Princeton-SysML / Jailbreak_LLM

153 stars 14 forks source link

(Maybe) Bugs in the code. #3

Open Junjie-Chu opened 12 months ago

Junjie-Chu commented 12 months ago

I find in the code attack.py, you use:

if "falcon" in fname or "mpt" in fname:

However, before the if, you have:

if args.use_system_prompt:
   fname += "_with_sys_prompt"

This means, if you use the option --Vicuna --use_system_prompt, the code will run in the mpt branch.

I believe mpt means mpt-7b, so this may not be the results we want.

This problem may cause wrong evaluation of results with/without system prompts.

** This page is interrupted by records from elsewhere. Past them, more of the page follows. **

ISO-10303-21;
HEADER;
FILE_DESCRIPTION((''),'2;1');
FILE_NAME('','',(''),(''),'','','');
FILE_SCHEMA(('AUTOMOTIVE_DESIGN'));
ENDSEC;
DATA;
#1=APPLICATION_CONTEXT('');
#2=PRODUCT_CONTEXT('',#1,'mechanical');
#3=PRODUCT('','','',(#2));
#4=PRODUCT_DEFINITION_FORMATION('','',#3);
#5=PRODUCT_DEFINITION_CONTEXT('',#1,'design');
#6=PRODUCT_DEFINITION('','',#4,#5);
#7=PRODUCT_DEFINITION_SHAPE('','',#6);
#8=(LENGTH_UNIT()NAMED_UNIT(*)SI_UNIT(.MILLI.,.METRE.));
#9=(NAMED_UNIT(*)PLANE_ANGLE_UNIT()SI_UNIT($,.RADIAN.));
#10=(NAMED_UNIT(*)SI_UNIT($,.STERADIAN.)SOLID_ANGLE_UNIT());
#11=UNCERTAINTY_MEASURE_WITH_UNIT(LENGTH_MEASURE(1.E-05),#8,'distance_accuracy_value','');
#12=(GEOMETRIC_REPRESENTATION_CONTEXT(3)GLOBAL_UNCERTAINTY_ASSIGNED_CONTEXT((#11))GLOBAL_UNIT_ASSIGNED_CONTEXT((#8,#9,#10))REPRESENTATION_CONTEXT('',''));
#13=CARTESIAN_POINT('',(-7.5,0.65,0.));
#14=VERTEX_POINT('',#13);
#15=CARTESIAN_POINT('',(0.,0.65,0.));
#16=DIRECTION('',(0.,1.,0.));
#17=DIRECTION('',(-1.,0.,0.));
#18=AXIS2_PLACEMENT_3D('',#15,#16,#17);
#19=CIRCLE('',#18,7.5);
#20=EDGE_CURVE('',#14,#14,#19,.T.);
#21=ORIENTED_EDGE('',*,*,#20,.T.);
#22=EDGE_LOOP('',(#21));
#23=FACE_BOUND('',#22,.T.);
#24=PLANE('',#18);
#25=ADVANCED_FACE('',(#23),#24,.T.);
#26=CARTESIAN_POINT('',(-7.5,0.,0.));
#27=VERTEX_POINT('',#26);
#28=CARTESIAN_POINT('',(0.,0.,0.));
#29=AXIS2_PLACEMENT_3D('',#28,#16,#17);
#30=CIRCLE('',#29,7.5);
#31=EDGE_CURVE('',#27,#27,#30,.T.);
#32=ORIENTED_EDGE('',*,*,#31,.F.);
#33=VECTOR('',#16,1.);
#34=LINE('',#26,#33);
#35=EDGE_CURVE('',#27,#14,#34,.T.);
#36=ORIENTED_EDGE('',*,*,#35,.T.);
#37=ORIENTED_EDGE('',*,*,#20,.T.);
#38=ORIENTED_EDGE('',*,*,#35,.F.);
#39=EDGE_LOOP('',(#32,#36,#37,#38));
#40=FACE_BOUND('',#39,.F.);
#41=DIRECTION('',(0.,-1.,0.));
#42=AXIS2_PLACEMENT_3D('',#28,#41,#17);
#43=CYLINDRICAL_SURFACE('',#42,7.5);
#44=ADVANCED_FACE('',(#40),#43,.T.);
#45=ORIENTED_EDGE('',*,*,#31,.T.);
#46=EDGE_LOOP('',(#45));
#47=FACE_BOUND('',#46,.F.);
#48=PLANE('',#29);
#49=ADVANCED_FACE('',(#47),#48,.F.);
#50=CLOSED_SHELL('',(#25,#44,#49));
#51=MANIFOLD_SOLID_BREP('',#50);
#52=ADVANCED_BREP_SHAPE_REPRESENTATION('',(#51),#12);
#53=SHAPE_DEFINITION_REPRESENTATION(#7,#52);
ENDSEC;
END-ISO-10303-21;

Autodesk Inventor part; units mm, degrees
ref_plane "YZ Plane" through (0, 0, 0) normal (1, 0, 0) x (0, 1, 0)
ref_plane "XZ Plane" through (0, 0, 0) normal (0, 1, 0) x (-1, 0, 0)
ref_plane "XY Plane" through (0, 0, 0) normal (0, 0, 1) x (1, 0, 0)
sketch "Sketch1" plane through (0, 0, 0) normal (0, 1, 0) x (-1, 0, 0)
  circle A0 centre (0, 0) radius 7.5
  dimension "d0" = 15
extrude "Extrusion1" add sketch "Sketch1" along normal blind 0.65
properties part number "rubber cushion" material "Rubber"
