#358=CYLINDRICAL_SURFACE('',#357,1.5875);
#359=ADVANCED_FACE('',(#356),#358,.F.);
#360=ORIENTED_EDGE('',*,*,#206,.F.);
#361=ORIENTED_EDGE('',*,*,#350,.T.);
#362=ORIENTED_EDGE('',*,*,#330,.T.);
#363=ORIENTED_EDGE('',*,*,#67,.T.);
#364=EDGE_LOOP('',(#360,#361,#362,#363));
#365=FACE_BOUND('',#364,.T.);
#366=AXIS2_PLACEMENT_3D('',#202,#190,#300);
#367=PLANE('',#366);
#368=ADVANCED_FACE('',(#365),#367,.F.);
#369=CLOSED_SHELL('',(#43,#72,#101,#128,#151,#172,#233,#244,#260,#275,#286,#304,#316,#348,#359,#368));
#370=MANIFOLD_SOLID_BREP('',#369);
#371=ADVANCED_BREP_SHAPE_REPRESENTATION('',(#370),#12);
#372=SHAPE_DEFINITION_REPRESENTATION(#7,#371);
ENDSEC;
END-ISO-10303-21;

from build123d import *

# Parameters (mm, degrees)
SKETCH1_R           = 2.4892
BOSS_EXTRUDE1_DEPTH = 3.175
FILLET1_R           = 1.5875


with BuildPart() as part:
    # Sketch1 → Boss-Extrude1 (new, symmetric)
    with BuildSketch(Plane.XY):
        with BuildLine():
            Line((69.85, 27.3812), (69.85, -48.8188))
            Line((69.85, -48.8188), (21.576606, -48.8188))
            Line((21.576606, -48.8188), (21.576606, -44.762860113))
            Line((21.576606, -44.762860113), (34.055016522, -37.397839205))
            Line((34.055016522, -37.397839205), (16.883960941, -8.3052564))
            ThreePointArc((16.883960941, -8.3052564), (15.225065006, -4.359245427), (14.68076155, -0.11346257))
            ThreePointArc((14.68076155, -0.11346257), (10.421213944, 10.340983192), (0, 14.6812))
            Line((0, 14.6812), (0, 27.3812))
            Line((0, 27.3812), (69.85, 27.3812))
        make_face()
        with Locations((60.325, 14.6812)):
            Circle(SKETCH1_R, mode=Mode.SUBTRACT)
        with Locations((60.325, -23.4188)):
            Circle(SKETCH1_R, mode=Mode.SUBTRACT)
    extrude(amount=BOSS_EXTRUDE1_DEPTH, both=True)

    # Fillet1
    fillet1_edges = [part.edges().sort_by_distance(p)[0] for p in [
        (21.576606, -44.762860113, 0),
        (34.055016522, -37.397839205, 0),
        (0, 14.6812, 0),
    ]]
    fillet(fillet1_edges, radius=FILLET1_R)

Hazelsuko07 commented 11 months ago

Hi Junjie,

Thanks for reporting this issue (and that is a great catch)! I've fixed it.

I'd like to reassure you that this correction will not impact our results. The disparities between the mpt/falcon model branch and the others are twofold:

  1. mpt/falcon necessitates trust_remote_code to be set as True. For other models, which are Vicuna and llama models in our evaluation, enabling trust_remote_code does not change the model behavior.
  2. mpt/falcon don't support the generation of outputs from sentence embeddings (what we did for other models), therefore, we opted to generate directly from tokenized sentences.

Neither of these distinctions will affect the attack's performance.